Using the records below, quote only the span that opens with the line containing "f 326 325 58" and closes with the line containing "f 302 304 44", exactly and inclusively.

Stored items:
══════════════════════════════
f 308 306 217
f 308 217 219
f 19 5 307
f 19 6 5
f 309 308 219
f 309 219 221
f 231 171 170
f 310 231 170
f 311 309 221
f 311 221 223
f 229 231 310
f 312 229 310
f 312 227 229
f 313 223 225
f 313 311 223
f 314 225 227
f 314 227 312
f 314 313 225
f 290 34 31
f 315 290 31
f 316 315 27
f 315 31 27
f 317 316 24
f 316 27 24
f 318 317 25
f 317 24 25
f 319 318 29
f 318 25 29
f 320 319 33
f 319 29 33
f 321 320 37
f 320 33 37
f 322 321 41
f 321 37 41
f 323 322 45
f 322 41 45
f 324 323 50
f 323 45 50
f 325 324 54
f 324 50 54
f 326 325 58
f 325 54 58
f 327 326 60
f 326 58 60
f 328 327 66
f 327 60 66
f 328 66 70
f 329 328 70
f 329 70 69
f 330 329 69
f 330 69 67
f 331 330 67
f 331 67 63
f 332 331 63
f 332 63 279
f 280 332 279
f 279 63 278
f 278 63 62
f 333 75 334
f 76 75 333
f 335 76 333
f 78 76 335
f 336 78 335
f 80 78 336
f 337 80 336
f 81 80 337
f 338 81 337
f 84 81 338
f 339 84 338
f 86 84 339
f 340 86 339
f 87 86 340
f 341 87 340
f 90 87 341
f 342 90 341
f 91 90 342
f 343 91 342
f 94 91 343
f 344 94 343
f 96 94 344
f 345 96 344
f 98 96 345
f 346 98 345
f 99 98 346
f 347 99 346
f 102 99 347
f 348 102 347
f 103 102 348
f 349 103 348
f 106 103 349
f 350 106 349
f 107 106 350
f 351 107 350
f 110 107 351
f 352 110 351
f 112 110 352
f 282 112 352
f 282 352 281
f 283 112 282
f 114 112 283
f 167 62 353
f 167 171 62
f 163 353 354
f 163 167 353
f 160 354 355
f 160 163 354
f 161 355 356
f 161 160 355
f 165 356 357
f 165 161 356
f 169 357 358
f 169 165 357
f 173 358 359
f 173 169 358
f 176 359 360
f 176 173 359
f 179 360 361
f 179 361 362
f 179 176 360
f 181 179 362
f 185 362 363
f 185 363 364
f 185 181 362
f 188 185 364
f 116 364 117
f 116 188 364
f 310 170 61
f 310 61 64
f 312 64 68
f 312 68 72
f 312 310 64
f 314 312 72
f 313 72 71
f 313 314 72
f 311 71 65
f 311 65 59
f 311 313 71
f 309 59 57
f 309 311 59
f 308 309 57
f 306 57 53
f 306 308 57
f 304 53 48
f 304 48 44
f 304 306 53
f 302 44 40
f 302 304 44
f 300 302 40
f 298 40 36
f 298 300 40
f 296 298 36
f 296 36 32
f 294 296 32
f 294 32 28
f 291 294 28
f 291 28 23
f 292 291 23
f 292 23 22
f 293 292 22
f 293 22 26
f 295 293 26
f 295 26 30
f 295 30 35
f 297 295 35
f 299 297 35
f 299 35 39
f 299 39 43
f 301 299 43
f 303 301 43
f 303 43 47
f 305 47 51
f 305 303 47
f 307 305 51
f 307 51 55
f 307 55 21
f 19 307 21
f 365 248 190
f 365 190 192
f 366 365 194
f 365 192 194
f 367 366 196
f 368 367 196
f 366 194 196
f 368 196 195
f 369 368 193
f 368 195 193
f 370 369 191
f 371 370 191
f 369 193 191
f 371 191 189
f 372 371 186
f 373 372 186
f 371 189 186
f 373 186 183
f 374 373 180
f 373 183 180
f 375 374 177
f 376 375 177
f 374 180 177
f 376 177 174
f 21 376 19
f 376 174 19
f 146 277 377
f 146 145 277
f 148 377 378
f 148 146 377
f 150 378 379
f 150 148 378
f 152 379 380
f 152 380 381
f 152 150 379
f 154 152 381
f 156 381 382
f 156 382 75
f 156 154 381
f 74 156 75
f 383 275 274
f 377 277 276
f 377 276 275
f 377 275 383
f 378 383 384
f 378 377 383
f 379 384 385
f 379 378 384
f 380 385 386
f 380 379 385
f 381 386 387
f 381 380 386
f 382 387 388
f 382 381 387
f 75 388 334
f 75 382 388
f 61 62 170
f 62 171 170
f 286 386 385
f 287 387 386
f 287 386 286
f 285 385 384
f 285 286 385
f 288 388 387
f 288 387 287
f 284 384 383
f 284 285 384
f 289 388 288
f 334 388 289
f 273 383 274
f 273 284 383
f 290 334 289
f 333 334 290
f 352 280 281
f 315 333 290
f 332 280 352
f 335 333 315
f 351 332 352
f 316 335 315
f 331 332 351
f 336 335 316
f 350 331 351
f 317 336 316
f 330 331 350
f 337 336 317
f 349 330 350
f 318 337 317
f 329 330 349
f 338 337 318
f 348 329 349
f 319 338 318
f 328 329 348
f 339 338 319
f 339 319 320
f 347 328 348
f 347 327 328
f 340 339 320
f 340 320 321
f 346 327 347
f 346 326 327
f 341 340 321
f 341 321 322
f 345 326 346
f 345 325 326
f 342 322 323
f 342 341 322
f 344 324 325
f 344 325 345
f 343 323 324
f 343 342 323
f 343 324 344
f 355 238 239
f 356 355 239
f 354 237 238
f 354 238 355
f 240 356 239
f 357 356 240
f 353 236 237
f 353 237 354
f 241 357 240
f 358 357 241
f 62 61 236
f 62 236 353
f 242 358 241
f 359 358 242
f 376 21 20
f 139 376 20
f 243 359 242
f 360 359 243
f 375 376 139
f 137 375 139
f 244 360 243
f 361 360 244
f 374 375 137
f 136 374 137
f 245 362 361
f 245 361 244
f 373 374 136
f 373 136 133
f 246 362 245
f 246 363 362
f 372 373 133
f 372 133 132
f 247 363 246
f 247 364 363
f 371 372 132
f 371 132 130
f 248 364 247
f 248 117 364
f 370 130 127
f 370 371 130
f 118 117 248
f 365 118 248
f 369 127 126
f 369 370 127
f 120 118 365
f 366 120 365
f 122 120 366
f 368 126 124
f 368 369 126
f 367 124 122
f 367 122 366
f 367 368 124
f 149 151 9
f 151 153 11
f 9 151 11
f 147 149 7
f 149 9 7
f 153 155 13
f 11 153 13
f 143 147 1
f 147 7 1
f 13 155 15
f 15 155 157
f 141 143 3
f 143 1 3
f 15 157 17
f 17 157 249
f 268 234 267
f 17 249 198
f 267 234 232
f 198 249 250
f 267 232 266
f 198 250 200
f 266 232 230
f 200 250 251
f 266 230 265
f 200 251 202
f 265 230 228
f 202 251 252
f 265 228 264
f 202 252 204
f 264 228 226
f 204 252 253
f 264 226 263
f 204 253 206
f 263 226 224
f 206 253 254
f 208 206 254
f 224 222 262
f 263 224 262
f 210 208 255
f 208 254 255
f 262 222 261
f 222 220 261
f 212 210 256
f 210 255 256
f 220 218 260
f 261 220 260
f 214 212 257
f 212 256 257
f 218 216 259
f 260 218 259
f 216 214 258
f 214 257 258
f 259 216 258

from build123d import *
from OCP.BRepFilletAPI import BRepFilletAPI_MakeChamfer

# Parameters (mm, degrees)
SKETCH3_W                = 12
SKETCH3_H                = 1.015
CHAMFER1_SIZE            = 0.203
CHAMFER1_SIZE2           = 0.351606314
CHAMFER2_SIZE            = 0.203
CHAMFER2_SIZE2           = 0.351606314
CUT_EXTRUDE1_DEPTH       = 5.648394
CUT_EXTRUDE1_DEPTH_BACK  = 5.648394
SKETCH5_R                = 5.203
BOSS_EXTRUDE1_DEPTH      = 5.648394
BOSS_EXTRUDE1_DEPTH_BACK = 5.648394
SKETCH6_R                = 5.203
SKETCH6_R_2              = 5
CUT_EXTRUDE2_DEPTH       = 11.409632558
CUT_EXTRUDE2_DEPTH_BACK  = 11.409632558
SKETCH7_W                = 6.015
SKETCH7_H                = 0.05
══════════════════════════════
TASK OUTPUT
f 326 325 58
f 325 54 58
f 327 326 60
f 326 58 60
f 328 327 66
f 327 60 66
f 328 66 70
f 329 328 70
f 329 70 69
f 330 329 69
f 330 69 67
f 331 330 67
f 331 67 63
f 332 331 63
f 332 63 279
f 280 332 279
f 279 63 278
f 278 63 62
f 333 75 334
f 76 75 333
f 335 76 333
f 78 76 335
f 336 78 335
f 80 78 336
f 337 80 336
f 81 80 337
f 338 81 337
f 84 81 338
f 339 84 338
f 86 84 339
f 340 86 339
f 87 86 340
f 341 87 340
f 90 87 341
f 342 90 341
f 91 90 342
f 343 91 342
f 94 91 343
f 344 94 343
f 96 94 344
f 345 96 344
f 98 96 345
f 346 98 345
f 99 98 346
f 347 99 346
f 102 99 347
f 348 102 347
f 103 102 348
f 349 103 348
f 106 103 349
f 350 106 349
f 107 106 350
f 351 107 350
f 110 107 351
f 352 110 351
f 112 110 352
f 282 112 352
f 282 352 281
f 283 112 282
f 114 112 283
f 167 62 353
f 167 171 62
f 163 353 354
f 163 167 353
f 160 354 355
f 160 163 354
f 161 355 356
f 161 160 355
f 165 356 357
f 165 161 356
f 169 357 358
f 169 165 357
f 173 358 359
f 173 169 358
f 176 359 360
f 176 173 359
f 179 360 361
f 179 361 362
f 179 176 360
f 181 179 362
f 185 362 363
f 185 363 364
f 185 181 362
f 188 185 364
f 116 364 117
f 116 188 364
f 310 170 61
f 310 61 64
f 312 64 68
f 312 68 72
f 312 310 64
f 314 312 72
f 313 72 71
f 313 314 72
f 311 71 65
f 311 65 59
f 311 313 71
f 309 59 57
f 309 311 59
f 308 309 57
f 306 57 53
f 306 308 57
f 304 53 48
f 304 48 44
f 304 306 53
f 302 44 40
f 302 304 44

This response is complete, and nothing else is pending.